"""

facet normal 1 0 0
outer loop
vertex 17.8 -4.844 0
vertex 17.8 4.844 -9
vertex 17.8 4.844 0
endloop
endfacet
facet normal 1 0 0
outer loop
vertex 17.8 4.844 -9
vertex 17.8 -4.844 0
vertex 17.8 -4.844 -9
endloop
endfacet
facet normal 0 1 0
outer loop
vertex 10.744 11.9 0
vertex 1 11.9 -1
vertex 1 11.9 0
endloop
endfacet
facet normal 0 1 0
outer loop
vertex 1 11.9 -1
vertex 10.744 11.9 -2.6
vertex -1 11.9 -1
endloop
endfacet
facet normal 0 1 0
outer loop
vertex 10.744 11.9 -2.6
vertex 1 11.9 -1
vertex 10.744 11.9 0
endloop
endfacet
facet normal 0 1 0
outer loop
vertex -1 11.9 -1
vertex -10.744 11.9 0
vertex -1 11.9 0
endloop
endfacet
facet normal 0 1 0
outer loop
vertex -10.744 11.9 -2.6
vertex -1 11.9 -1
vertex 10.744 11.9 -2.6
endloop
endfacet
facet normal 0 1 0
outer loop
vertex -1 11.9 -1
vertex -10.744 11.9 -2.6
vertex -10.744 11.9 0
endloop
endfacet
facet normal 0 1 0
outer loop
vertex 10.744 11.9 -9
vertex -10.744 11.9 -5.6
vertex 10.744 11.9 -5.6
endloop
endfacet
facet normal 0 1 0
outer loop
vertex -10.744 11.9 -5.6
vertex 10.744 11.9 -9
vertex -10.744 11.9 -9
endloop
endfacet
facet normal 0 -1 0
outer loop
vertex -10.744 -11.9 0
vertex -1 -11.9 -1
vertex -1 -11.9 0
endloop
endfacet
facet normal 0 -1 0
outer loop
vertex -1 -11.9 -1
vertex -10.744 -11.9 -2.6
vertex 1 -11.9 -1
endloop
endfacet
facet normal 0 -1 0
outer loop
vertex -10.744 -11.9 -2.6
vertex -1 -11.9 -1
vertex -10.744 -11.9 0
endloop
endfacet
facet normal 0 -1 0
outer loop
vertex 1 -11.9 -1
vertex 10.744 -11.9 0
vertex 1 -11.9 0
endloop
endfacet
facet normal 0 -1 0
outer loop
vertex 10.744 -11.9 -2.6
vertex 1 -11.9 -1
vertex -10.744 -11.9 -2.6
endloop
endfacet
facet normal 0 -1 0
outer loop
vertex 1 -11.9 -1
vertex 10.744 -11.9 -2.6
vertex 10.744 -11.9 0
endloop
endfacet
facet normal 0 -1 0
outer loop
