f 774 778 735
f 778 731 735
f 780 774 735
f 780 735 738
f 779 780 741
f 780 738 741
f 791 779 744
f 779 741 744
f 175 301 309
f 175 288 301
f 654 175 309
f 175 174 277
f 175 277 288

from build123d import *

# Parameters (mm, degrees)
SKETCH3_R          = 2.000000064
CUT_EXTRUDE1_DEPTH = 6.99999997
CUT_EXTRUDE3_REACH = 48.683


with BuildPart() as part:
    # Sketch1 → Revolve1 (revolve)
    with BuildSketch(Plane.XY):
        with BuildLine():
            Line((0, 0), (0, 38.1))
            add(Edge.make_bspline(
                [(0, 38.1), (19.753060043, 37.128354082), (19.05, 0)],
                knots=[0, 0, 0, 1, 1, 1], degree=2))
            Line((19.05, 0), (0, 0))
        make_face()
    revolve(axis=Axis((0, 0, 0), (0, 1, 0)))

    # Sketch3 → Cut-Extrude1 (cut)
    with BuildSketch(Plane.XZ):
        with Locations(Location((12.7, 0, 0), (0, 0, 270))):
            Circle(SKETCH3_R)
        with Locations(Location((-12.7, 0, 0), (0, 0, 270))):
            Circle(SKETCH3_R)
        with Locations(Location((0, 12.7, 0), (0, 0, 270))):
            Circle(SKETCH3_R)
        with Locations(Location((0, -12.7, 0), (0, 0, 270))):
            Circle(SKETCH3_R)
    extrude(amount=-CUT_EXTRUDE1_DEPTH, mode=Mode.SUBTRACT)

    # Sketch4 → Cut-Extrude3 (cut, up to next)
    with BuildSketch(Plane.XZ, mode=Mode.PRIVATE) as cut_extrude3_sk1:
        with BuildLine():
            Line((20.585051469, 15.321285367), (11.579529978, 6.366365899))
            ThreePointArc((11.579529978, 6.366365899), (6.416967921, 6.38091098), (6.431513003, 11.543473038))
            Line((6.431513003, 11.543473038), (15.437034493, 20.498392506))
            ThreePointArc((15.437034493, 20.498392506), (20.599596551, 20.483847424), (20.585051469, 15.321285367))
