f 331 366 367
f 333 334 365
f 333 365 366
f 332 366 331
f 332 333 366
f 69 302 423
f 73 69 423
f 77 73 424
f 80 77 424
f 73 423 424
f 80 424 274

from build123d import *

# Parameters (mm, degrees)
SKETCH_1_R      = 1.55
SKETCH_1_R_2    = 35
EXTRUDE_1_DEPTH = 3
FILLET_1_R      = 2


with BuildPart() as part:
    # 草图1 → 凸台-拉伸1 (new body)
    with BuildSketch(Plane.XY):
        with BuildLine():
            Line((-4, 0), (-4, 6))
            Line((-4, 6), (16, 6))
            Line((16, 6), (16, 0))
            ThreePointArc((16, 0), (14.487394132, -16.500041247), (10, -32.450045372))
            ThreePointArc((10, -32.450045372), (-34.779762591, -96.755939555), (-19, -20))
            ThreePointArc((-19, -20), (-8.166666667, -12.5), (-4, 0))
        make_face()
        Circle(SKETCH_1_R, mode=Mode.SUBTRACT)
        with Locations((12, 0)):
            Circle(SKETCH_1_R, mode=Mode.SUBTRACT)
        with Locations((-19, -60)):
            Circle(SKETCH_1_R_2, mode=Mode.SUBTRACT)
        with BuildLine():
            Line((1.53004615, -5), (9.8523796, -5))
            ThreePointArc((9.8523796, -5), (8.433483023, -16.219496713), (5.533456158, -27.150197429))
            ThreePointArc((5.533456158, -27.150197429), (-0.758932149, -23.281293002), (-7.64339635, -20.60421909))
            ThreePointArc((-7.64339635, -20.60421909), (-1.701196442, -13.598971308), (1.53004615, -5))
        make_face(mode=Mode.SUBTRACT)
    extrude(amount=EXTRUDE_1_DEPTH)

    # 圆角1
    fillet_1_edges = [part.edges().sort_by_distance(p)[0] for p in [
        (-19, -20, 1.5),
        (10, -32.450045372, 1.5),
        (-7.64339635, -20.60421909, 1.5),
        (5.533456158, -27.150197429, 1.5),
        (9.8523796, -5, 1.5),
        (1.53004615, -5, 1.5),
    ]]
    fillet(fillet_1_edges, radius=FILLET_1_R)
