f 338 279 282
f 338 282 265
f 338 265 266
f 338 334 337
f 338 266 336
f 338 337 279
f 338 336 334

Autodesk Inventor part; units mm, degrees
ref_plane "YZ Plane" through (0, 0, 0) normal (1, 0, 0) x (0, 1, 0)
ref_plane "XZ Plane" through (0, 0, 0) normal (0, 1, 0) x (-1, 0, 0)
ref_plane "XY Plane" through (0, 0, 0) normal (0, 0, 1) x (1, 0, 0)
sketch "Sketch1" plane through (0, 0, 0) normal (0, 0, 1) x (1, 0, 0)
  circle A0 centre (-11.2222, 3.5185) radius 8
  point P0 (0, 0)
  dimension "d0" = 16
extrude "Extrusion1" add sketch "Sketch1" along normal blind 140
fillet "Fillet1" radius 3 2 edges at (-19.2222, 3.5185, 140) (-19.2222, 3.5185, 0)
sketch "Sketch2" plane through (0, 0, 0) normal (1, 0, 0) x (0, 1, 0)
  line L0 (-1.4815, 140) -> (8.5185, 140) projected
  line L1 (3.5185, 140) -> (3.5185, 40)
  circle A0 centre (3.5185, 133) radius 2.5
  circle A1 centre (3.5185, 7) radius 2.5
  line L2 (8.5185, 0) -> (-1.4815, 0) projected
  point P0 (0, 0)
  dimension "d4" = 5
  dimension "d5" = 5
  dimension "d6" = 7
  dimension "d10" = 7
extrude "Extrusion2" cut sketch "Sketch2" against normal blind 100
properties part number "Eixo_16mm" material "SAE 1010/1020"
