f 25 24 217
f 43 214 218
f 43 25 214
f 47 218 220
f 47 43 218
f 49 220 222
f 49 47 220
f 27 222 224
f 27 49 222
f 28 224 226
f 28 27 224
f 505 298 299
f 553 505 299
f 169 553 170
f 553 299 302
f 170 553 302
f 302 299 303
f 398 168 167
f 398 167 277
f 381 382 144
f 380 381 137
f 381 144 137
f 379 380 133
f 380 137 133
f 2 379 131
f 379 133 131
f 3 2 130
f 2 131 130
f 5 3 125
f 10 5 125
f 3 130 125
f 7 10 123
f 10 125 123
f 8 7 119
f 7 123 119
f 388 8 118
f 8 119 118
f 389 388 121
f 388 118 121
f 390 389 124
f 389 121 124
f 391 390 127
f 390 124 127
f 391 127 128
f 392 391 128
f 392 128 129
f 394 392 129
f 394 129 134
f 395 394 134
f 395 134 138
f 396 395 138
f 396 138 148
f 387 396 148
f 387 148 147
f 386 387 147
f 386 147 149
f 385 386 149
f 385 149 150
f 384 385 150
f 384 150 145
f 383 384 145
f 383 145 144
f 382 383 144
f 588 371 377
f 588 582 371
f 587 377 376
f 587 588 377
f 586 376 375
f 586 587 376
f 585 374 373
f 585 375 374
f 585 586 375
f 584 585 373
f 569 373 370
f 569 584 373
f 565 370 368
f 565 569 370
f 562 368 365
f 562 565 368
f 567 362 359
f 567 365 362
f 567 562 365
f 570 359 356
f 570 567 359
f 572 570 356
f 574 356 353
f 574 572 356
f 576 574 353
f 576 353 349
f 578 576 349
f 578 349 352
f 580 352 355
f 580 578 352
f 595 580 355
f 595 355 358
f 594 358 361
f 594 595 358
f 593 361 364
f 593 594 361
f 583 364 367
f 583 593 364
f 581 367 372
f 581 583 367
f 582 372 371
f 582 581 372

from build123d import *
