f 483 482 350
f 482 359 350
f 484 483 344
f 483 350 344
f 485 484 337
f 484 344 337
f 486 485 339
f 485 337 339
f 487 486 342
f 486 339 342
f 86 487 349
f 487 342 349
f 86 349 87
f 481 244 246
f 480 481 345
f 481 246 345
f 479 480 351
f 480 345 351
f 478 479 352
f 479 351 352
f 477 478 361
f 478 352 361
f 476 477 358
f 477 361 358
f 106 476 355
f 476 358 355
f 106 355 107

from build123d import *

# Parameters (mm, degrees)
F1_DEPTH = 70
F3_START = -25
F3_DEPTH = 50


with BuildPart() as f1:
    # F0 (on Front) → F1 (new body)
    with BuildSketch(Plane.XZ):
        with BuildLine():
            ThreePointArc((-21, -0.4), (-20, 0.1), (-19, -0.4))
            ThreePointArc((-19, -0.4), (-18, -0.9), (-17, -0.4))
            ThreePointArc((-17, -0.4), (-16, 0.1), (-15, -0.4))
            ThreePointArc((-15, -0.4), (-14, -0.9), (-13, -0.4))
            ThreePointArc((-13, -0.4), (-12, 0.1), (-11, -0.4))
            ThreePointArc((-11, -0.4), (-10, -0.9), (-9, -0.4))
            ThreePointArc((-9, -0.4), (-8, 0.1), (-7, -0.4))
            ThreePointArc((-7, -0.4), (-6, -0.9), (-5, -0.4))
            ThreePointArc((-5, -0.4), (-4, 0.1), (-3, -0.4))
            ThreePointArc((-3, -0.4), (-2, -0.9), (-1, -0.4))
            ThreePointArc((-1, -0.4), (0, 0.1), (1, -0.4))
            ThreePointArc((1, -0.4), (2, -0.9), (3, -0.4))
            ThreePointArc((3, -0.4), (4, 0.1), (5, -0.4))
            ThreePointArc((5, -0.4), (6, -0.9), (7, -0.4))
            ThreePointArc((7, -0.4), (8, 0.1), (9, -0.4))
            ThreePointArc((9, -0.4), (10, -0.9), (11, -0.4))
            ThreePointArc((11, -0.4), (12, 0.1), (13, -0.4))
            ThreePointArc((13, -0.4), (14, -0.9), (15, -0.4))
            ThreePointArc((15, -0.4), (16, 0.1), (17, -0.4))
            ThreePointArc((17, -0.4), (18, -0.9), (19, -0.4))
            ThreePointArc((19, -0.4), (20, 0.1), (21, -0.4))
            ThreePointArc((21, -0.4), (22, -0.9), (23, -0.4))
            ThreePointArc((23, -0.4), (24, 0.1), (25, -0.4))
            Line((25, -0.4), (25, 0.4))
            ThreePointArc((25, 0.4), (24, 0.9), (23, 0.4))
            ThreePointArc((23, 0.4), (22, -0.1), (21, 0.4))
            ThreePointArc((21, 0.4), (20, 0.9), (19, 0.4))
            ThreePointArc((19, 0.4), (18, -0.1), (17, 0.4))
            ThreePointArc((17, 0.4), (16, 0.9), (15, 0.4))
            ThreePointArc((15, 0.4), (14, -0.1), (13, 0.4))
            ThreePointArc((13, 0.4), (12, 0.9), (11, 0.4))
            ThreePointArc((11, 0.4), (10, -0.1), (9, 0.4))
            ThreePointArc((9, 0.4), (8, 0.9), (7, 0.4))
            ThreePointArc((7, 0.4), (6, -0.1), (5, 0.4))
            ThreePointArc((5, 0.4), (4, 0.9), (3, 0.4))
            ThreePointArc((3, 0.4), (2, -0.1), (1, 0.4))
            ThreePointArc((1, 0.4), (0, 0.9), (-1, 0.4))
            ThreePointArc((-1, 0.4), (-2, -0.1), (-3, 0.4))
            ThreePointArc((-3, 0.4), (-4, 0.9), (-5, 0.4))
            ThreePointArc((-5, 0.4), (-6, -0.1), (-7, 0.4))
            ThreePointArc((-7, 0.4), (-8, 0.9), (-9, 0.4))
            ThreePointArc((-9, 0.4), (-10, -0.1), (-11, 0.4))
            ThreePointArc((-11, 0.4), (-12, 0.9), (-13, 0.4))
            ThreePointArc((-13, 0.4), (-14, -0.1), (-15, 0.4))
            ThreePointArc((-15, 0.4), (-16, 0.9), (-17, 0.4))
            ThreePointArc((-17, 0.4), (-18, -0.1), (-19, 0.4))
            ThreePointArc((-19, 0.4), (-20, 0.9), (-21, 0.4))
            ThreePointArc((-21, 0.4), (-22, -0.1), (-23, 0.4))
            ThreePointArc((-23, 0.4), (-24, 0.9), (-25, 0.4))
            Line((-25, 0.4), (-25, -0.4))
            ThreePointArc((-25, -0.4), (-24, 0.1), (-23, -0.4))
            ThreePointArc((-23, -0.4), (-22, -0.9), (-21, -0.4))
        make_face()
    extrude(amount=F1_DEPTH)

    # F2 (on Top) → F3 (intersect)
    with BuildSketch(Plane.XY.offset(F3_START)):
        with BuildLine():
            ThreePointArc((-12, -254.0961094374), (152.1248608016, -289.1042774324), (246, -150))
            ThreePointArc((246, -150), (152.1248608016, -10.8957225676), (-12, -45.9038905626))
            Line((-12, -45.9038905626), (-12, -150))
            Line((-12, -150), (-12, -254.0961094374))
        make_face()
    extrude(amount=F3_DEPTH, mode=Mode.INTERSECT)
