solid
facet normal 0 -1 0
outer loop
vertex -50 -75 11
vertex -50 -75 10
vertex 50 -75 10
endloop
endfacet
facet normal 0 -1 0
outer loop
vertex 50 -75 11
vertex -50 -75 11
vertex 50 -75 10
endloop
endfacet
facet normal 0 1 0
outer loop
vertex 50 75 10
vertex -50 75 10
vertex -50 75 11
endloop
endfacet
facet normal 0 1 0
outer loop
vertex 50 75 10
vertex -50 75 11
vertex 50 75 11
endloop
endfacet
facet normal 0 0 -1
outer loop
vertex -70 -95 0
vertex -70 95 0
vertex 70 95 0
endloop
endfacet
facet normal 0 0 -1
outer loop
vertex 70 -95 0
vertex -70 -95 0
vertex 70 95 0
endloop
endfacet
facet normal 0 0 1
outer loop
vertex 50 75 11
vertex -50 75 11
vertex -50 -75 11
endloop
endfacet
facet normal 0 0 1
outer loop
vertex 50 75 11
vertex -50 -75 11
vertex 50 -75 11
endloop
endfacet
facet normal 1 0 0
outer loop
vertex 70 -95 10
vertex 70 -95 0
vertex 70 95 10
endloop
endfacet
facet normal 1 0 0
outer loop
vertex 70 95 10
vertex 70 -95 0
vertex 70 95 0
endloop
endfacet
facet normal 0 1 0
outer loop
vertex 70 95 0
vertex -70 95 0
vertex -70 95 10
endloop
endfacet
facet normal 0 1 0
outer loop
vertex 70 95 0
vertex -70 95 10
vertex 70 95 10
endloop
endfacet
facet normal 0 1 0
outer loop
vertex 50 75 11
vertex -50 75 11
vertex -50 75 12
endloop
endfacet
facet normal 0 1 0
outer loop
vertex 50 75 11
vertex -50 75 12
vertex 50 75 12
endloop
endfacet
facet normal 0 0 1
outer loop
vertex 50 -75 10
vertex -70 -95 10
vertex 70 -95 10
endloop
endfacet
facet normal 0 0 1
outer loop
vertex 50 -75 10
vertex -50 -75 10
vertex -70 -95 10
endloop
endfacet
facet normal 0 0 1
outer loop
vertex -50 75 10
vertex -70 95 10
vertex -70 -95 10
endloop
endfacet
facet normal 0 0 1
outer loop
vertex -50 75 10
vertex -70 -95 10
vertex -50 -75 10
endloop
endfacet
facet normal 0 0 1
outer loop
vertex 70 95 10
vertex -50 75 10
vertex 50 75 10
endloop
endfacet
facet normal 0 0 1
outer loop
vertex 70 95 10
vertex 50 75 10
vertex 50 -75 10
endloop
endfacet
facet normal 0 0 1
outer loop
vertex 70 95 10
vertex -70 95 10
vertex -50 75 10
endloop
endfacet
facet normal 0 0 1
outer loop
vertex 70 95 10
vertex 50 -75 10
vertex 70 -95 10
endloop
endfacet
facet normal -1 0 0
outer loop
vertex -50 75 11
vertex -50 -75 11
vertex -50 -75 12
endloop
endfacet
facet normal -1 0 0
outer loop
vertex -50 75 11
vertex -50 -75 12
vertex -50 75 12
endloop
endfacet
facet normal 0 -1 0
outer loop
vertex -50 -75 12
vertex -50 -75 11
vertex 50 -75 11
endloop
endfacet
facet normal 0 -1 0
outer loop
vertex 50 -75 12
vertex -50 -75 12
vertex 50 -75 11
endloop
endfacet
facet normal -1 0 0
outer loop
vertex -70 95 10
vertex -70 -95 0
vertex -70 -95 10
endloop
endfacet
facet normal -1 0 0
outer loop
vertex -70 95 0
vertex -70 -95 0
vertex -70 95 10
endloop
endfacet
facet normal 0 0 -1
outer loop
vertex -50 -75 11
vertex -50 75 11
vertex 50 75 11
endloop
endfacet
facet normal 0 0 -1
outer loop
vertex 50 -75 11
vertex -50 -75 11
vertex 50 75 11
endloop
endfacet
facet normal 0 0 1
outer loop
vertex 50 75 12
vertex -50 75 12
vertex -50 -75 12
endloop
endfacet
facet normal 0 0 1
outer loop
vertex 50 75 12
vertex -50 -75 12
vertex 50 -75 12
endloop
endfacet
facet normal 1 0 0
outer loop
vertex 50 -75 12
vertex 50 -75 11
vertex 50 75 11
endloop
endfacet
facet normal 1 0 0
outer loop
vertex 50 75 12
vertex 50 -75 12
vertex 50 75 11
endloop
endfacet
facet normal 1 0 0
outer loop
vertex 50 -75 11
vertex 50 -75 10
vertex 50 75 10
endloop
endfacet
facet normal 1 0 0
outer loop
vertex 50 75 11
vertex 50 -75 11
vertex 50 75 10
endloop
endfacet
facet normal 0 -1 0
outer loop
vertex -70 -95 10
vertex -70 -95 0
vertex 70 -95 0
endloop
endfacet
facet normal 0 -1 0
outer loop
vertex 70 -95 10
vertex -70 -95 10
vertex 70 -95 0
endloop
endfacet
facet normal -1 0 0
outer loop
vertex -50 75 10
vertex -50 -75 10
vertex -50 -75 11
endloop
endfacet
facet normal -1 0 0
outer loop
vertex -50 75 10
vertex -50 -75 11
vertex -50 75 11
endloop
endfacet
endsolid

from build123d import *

# Parameters (mm, degrees)
F0_W      = 100
F0_H      = 150
F1_DEPTH  = 11
F0_W_2    = 140
F0_H_2    = 190
F2_DEPTH  = 10
F1_FACE_W = 100
F1_FACE_H = 150
F3_DEPTH  = 1


with BuildPart() as f1:
    # F0 (on Top) → F1 (new body)
    with BuildSketch(Plane.XY):
        Rectangle(F0_W, F0_H)
    extrude(amount=F1_DEPTH)

    # F0 (on Top) → F2 (join)
    with BuildSketch(Plane.XY):
        Rectangle(F0_W_2, F0_H_2)
        Rectangle(F0_W, F0_H, mode=Mode.SUBTRACT)
    extrude(amount=F2_DEPTH)


with BuildPart() as f3:
    # F1_face (on face) → F3 (new body)
    with BuildSketch(Plane.XY.offset(11)):
        Rectangle(F1_FACE_W, F1_FACE_H)
    extrude(amount=F3_DEPTH)


solid = Compound([f1.part, f3.part])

"""

**Brief**
Since only the total is wanted, work out how many lines of the data above contain "centre" and state it alone.

**Exercise output**
3